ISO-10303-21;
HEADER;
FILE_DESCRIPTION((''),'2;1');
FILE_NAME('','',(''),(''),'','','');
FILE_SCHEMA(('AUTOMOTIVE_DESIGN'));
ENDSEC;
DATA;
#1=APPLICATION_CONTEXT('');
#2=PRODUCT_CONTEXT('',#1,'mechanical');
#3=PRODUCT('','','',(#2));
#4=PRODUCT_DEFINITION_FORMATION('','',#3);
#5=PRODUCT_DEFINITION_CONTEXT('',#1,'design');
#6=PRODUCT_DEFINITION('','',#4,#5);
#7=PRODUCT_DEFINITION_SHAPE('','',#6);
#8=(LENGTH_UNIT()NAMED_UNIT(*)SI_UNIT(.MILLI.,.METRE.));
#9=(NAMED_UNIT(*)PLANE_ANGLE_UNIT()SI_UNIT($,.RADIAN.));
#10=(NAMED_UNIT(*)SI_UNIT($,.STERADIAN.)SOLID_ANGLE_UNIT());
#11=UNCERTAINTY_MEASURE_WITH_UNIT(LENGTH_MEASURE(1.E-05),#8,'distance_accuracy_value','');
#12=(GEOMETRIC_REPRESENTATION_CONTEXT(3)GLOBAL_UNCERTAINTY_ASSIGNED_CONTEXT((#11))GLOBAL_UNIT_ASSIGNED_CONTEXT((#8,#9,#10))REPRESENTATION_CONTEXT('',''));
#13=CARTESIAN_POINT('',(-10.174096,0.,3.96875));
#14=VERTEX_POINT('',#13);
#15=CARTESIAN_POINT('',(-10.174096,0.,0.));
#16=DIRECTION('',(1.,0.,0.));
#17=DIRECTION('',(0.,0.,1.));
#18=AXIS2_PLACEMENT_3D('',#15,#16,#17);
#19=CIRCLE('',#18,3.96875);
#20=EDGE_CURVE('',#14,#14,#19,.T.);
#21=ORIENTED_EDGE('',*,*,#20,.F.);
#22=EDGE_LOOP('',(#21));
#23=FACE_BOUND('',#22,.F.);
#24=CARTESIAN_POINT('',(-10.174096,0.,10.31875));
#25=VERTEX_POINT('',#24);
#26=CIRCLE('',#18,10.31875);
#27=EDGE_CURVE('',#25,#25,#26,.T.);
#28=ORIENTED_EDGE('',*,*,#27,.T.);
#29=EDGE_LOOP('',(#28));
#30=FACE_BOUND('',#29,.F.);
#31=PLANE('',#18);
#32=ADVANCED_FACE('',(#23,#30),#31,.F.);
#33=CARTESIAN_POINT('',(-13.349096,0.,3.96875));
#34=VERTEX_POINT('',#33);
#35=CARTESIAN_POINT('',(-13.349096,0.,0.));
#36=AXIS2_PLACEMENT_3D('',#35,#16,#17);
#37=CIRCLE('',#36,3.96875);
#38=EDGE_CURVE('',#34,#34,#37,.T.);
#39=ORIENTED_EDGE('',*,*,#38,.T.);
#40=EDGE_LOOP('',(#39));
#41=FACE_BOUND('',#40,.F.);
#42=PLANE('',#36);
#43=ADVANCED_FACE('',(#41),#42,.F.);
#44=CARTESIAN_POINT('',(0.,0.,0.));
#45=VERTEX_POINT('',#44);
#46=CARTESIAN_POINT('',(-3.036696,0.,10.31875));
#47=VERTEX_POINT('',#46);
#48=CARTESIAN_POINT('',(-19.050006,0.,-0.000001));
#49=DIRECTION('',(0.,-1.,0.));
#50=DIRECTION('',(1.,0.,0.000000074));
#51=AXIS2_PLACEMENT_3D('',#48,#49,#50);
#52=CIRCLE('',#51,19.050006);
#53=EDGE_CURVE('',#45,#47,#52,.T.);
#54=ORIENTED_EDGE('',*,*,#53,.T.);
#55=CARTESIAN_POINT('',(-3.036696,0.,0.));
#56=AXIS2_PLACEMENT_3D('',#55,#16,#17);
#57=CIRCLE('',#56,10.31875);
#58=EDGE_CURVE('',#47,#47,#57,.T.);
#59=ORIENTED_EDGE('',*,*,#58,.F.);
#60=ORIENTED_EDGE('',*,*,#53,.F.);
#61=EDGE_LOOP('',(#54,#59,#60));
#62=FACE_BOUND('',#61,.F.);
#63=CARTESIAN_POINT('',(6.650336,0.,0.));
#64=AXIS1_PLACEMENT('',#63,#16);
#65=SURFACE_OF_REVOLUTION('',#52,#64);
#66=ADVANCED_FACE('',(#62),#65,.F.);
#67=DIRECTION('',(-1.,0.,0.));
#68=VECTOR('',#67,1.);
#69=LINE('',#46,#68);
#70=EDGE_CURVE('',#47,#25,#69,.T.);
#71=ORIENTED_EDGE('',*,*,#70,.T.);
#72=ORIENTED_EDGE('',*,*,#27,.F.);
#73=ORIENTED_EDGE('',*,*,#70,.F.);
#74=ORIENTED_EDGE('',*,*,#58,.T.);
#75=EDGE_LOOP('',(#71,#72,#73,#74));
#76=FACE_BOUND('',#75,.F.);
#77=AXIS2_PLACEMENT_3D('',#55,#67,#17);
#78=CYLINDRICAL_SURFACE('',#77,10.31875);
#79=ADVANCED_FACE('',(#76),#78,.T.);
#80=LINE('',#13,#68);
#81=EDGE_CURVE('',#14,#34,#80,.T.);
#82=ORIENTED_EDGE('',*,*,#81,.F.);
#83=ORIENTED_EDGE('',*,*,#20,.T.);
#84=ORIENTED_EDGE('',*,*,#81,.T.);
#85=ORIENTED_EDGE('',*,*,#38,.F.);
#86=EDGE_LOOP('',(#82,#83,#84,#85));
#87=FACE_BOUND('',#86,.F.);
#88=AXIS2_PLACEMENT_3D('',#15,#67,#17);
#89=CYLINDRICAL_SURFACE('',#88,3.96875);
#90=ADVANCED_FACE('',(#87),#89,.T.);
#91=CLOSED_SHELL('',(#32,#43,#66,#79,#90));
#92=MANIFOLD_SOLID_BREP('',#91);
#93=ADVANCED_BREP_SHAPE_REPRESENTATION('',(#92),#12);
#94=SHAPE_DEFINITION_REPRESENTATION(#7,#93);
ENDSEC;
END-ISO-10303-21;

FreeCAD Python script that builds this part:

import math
import FreeCAD as App
import Part
import Sketcher
from FreeCAD import Vector
Q = App.Units.Quantity

doc = App.newDocument("Part")
params = doc.addObject("Spreadsheet::Sheet", "Params")
for row, (alias, value) in enumerate([
    ("sketch1_height", "0.25 in"),
    ("sketch1_width", "0.281 in"),
    ("sketch1_width2", "0.125 in"),
    ("sketch1_height2", "0.15625 in"),
    ("revolution_angle", "360 deg"),
], start=1):
    params.set(f"A{row}", alias)
    params.set(f"B{row}", "=" + value)
    params.setAlias(f"B{row}", alias)

body = doc.addObject("PartDesign::Body", "Body")

sketch1 = body.newObject("Sketcher::SketchObject", "Sketch")
sketch1.AttachmentSupport = (doc.getObject("XZ_Plane"), [""])
sketch1.MapMode = "FlatFace"
sketch1.addGeometry([
    Part.LineSegment(Vector(-13.3, 0, 0), Vector(0, 0, 0)),
    Part.ArcOfCircle(Part.Circle(Vector(-19.1, 0, 0), Vector(0, 0, 1), 19.1), math.radians(0), math.radians(33)),
    Part.LineSegment(Vector(-3, 10.3, 0), Vector(-10.2, 10.3, 0)),
    Part.LineSegment(Vector(-10.2, 10.3, 0), Vector(-10.2, 4, 0)),
    Part.LineSegment(Vector(-10.2, 4, 0), Vector(-13.3, 4, 0)),
    Part.LineSegment(Vector(-13.3, 4, 0), Vector(-13.3, 0, 0)),
], False)
sketch1.addConstraint([
    Sketcher.Constraint("Coincident", 0, 2, 1, 1),
    Sketcher.Constraint("Coincident", 1, 2, 2, 1),
    Sketcher.Constraint("Coincident", 2, 2, 3, 1),
    Sketcher.Constraint("Coincident", 3, 2, 4, 1),
    Sketcher.Constraint("Coincident", 4, 2, 5, 1),
    Sketcher.Constraint("Coincident", 5, 2, 0, 1),
    Sketcher.Constraint("Horizontal", 0),
    Sketcher.Constraint("Horizontal", 2),
    Sketcher.Constraint("Vertical", 3),
    Sketcher.Constraint("Horizontal", 4),
    Sketcher.Constraint("Vertical", 5),
    Sketcher.Constraint("Coincident", 0, 2, -1, 1),
    Sketcher.Constraint("PointOnObject", 1, 3, -1),
    Sketcher.Constraint("DistanceY", 3, 2, 3, 1, Q("0.25 in")),
    Sketcher.Constraint("DistanceX", 2, 2, 2, 1, Q("0.281 in")),
    Sketcher.Constraint("DistanceX", 4, 2, 4, 1, Q("0.125 in")),
    Sketcher.Constraint("DistanceY", 5, 2, 5, 1, Q("0.15625 in")),
    Sketcher.Constraint("Radius", 1, 19.050006),
])
sketch1.setExpression("Constraints[13]", "Params.sketch1_height")
sketch1.setExpression("Constraints[14]", "Params.sketch1_width")
sketch1.setExpression("Constraints[15]", "Params.sketch1_width2")
sketch1.setExpression("Constraints[16]", "Params.sketch1_height2")
revolution = body.newObject("PartDesign::Revolution", "Revolution")
revolution.Profile = sketch1
revolution.ReferenceAxis = (sketch1, ["H_Axis"])
revolution.setExpression("Angle", "Params.revolution_angle")

doc.recompute()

* * * * * * *

REQUIREMENT: In the listing above, find the line containing "#63=CARTESIAN_POINT('',(6.650336,0.,0.));" and the line containing "#82=ORIENTED_EDGE('',*,*,#81,.F.);". Output them and every line between, exactly, and nothing else.

TASK RESULT:
#63=CARTESIAN_POINT('',(6.650336,0.,0.));
#64=AXIS1_PLACEMENT('',#63,#16);
#65=SURFACE_OF_REVOLUTION('',#52,#64);
#66=ADVANCED_FACE('',(#62),#65,.F.);
#67=DIRECTION('',(-1.,0.,0.));
#68=VECTOR('',#67,1.);
#69=LINE('',#46,#68);
#70=EDGE_CURVE('',#47,#25,#69,.T.);
#71=ORIENTED_EDGE('',*,*,#70,.T.);
#72=ORIENTED_EDGE('',*,*,#27,.F.);
#73=ORIENTED_EDGE('',*,*,#70,.F.);
#74=ORIENTED_EDGE('',*,*,#58,.T.);
#75=EDGE_LOOP('',(#71,#72,#73,#74));
#76=FACE_BOUND('',#75,.F.);
#77=AXIS2_PLACEMENT_3D('',#55,#67,#17);
#78=CYLINDRICAL_SURFACE('',#77,10.31875);
#79=ADVANCED_FACE('',(#76),#78,.T.);
#80=LINE('',#13,#68);
#81=EDGE_CURVE('',#14,#34,#80,.T.);
#82=ORIENTED_EDGE('',*,*,#81,.F.);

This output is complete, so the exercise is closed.